#### Task:
Among the entries below, find the lines with the word "Hole" and copy them.

[Records from a collection]
##########
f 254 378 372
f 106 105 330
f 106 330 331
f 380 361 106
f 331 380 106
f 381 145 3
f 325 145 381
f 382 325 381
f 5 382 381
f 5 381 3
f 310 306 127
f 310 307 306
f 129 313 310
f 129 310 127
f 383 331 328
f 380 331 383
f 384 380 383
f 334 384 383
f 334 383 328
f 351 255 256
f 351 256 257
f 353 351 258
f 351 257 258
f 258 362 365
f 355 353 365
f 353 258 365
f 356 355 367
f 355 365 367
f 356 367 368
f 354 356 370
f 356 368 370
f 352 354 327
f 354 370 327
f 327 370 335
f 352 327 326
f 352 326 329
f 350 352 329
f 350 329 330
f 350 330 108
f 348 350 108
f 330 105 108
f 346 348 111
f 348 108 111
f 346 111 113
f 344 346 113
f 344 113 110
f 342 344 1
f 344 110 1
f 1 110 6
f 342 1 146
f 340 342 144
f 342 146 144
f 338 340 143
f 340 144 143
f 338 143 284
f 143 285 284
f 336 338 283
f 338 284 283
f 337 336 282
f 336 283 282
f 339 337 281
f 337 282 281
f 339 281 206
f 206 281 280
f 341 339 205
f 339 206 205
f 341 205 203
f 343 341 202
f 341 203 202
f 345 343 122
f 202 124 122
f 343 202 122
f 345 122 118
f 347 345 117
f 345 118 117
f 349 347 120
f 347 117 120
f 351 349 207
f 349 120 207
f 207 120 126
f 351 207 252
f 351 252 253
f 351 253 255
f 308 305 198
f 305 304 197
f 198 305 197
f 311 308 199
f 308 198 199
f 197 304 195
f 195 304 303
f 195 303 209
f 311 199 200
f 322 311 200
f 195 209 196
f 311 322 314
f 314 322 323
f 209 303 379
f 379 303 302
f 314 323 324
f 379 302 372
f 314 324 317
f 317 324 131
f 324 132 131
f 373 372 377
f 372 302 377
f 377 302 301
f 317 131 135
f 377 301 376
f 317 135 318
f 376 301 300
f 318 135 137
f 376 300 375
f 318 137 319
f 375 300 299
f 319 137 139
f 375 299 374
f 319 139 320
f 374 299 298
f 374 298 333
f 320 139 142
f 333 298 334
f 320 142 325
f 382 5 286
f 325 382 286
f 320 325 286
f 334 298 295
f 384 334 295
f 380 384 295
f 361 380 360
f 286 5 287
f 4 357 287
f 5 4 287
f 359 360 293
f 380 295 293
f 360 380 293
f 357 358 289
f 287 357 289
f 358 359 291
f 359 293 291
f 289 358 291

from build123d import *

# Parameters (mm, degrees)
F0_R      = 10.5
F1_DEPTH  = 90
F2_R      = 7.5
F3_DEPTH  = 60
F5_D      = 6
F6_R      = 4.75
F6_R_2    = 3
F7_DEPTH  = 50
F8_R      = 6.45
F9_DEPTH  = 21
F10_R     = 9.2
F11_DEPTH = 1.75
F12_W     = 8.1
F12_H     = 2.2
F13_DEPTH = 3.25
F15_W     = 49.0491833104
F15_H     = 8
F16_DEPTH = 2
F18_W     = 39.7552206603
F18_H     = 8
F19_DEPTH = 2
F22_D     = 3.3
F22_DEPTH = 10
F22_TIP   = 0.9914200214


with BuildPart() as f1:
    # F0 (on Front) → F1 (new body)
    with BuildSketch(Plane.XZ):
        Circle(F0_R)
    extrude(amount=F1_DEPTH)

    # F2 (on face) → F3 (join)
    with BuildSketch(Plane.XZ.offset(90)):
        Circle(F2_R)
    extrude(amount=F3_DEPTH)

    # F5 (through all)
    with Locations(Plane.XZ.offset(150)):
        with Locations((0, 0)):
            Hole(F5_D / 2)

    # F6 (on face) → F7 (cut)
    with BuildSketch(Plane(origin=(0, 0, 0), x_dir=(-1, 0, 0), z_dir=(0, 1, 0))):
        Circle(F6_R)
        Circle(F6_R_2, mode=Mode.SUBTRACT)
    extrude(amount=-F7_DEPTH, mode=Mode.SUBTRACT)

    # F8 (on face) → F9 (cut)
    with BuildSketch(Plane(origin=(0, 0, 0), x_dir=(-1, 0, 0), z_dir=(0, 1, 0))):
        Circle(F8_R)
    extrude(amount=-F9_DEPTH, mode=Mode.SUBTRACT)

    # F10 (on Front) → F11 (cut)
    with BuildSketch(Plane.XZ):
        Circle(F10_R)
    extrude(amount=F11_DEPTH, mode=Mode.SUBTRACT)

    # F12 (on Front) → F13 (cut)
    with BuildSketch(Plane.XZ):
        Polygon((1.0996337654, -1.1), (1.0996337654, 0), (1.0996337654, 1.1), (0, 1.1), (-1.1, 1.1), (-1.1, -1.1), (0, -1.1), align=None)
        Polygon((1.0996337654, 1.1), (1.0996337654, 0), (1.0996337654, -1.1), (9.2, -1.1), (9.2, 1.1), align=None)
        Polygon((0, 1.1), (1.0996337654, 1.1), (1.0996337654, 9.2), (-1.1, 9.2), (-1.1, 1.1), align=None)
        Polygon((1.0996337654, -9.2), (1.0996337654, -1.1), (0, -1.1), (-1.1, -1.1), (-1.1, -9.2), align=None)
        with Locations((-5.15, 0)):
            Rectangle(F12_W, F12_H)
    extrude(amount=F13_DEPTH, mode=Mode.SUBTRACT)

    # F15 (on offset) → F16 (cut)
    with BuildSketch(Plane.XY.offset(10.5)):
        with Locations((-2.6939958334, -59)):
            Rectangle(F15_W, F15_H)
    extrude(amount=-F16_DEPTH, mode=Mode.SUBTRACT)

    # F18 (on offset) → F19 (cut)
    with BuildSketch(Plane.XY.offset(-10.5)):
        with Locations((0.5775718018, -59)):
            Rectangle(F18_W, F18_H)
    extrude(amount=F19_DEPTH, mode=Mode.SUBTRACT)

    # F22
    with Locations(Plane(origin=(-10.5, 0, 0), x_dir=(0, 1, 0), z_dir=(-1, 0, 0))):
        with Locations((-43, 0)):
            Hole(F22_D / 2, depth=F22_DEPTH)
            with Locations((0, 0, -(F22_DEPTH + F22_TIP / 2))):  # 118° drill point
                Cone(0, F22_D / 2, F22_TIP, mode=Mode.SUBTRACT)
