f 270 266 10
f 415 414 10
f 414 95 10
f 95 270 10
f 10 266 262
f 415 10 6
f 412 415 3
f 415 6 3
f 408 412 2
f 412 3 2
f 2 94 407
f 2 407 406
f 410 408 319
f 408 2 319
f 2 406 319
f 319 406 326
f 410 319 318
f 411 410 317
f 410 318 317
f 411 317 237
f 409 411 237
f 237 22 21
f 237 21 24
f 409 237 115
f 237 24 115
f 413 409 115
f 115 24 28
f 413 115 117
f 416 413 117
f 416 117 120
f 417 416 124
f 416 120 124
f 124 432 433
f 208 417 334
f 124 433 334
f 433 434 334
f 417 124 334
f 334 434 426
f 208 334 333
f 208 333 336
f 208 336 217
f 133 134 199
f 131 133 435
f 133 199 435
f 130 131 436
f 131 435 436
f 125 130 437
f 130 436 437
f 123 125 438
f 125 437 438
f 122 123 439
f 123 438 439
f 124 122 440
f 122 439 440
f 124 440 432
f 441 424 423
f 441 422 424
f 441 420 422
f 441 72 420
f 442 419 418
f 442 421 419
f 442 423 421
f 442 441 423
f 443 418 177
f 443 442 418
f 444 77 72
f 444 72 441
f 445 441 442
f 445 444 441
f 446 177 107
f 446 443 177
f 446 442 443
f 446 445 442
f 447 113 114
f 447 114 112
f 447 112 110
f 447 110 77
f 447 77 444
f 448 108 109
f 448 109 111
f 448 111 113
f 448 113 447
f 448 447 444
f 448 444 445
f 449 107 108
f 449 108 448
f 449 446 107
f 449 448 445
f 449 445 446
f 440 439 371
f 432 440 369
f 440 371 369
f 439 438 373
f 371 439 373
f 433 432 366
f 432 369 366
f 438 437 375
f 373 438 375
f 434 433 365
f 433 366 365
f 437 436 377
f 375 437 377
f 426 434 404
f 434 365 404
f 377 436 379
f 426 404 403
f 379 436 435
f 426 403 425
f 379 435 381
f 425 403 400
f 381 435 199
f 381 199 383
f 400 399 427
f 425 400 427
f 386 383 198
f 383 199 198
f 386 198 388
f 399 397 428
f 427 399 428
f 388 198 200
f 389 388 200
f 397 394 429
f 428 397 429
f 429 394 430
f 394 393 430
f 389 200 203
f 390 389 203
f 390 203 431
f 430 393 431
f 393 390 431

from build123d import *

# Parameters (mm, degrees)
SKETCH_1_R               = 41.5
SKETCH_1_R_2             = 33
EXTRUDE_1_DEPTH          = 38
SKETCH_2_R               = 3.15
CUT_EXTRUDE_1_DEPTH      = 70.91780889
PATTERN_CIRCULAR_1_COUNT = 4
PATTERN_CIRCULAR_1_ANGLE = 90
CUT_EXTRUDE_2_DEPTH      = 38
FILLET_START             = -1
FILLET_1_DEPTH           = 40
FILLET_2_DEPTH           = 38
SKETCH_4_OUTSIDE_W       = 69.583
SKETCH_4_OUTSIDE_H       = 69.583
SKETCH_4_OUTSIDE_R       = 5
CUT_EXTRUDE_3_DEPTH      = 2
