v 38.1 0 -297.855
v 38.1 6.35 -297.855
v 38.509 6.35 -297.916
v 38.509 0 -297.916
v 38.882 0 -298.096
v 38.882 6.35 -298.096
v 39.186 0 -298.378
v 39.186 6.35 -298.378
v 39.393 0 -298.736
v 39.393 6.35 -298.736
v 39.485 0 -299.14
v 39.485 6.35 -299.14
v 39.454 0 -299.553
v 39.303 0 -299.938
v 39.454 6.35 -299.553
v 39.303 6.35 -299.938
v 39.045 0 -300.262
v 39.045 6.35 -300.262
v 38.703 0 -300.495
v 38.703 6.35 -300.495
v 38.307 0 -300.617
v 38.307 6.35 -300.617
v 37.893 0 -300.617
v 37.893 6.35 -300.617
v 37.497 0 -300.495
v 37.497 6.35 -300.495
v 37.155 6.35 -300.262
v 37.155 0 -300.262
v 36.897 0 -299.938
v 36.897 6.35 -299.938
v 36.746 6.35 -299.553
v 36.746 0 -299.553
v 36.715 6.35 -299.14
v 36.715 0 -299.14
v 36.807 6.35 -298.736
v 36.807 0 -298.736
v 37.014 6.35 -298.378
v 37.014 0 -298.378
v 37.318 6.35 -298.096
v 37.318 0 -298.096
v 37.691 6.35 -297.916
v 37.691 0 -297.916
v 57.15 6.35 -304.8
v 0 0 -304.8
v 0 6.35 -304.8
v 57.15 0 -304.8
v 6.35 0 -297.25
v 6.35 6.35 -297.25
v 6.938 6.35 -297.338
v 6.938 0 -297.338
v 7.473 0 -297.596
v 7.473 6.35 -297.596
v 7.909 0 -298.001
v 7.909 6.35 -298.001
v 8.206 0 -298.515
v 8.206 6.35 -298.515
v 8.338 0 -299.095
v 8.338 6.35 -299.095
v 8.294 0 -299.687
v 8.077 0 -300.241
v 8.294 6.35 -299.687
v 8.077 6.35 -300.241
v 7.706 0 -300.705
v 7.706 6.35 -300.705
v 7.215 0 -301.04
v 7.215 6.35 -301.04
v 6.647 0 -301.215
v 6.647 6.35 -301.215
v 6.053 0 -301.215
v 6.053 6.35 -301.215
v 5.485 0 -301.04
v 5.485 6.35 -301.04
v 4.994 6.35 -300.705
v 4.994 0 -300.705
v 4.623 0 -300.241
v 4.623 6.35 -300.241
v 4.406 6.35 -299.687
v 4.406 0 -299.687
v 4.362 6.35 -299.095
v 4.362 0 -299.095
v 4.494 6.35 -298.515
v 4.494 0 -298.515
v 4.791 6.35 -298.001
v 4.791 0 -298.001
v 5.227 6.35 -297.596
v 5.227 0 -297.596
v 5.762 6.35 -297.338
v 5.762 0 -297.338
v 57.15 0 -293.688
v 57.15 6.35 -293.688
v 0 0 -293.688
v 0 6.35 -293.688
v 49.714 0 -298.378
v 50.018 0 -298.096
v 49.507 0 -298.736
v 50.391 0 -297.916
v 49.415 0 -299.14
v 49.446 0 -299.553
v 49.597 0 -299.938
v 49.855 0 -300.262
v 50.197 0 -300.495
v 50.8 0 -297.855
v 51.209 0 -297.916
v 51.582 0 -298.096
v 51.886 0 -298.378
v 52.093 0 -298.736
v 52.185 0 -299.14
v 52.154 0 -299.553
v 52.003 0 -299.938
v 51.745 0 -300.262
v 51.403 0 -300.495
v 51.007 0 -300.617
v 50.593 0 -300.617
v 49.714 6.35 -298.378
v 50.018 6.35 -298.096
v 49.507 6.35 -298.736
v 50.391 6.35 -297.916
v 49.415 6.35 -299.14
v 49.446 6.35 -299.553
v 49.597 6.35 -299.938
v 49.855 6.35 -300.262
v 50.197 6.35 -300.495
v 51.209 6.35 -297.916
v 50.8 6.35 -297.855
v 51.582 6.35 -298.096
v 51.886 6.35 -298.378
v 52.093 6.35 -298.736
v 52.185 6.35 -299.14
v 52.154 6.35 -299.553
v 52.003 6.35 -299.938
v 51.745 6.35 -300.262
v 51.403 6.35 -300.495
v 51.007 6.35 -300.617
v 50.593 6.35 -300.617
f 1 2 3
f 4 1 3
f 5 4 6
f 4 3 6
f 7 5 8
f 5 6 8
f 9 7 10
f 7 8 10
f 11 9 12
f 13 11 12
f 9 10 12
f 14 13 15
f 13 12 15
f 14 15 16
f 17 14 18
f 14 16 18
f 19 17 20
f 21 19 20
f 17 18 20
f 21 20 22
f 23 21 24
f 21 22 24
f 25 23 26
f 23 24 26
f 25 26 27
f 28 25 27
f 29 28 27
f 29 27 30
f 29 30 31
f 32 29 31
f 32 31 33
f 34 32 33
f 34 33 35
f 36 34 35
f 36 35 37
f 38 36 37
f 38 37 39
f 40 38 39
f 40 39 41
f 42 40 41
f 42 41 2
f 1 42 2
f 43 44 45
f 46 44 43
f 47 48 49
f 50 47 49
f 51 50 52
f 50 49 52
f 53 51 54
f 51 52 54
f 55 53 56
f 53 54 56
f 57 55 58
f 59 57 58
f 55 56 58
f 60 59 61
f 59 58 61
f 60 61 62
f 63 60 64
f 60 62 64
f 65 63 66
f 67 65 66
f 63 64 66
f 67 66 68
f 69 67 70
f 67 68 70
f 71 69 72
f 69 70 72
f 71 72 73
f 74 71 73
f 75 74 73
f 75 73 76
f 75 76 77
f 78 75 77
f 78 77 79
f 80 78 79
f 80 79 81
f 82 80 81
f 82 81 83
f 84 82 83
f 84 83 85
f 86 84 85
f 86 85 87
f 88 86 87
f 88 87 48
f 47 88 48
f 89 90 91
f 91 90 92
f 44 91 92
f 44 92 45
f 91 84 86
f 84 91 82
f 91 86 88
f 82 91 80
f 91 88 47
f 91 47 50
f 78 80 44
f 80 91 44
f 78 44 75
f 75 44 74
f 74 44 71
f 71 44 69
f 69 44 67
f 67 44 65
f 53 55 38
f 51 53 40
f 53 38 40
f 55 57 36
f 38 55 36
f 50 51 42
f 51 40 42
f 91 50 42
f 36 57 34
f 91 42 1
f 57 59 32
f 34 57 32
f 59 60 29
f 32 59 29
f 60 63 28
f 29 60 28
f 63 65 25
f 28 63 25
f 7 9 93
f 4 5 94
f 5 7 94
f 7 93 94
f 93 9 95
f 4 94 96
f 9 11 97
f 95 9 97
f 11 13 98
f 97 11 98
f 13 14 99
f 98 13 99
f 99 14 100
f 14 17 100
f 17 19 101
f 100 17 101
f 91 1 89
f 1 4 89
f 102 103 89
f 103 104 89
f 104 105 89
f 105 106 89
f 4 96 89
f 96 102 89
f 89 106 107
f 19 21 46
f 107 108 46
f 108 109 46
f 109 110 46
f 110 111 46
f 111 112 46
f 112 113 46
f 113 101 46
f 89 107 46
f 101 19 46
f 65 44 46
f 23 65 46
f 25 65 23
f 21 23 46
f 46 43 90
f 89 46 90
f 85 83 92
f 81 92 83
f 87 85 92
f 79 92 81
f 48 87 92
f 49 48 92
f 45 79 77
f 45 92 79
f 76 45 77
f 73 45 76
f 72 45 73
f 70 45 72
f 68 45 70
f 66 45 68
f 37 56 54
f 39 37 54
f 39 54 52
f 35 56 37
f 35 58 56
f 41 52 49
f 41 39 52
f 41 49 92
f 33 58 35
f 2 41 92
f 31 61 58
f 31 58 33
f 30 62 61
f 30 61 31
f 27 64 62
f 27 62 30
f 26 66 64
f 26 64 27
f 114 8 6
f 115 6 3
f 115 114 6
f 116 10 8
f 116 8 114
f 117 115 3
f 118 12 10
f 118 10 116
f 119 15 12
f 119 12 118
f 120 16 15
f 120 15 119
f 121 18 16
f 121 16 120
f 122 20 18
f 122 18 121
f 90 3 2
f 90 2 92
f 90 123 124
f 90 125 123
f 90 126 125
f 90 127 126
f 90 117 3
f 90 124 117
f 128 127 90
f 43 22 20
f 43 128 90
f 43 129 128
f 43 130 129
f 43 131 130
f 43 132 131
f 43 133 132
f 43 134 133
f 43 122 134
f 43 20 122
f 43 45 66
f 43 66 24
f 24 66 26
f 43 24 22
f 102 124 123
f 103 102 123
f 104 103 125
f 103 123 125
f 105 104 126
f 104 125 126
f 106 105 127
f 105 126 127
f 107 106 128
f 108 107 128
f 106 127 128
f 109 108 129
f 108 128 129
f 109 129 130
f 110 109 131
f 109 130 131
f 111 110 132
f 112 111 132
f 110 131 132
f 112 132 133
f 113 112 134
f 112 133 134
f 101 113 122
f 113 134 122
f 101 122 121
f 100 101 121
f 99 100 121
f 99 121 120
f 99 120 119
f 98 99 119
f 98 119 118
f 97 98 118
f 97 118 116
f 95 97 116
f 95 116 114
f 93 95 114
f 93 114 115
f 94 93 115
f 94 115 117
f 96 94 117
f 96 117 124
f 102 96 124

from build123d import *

# Parameters (mm, degrees)
SKETCH1_W           = 304.8
SKETCH1_H           = 304.8
BOSS_EXTRUDE1_DEPTH = 6.35
CUT_EXTRUDE2_DEPTH  = 6.35
SKETCH3_R           = 1.9939
SKETCH3_R_2         = 1.3890625
CUT_EXTRUDE3_DEPTH  = 311.176538442


with BuildPart() as part:
    # Sketch1 → Boss-Extrude1 (new body)
    with BuildSketch(Plane(origin=(0, 0, 0), x_dir=(1, 0, 0), z_dir=(0, 1, 0))):
        with Locations((152.4, 152.4)):
            Rectangle(SKETCH1_W, SKETCH1_H)
    extrude(amount=BOSS_EXTRUDE1_DEPTH)

    # Sketch2 → Cut-Extrude2 (cut)
    with BuildSketch(Plane(origin=(0, 6.35, 0), x_dir=(1, 0, 0), z_dir=(0, 1, 0))):
        Polygon((57.15, 304.8), (57.15, 293.6875), (0, 293.6875), (0, 0), (304.8, 0), (304.8, 304.8), align=None)
    extrude(amount=-CUT_EXTRUDE2_DEPTH, mode=Mode.SUBTRACT)

    # Sketch3 → Cut-Extrude3 (cut, through all)
    with BuildSketch(Plane(origin=(0, 6.35, 0), x_dir=(1, 0, 0), z_dir=(0, 1, 0))):
        with Locations(Location((6.35, 299.24375, 0), (0, 0, 270))):
            Circle(SKETCH3_R)
        with Locations(Location((50.8, 299.24375, 0), (0, 0, 270))):
            Circle(SKETCH3_R_2)
        with Locations(Location((38.1, 299.24375, 0), (0, 0, 270))):
            Circle(SKETCH3_R_2)
    extrude(amount=-CUT_EXTRUDE3_DEPTH, mode=Mode.SUBTRACT)


solid = part.part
##########
#### Exercise solution:
            Hole(F5_D / 2)
            Hole(F22_D / 2, depth=F22_DEPTH)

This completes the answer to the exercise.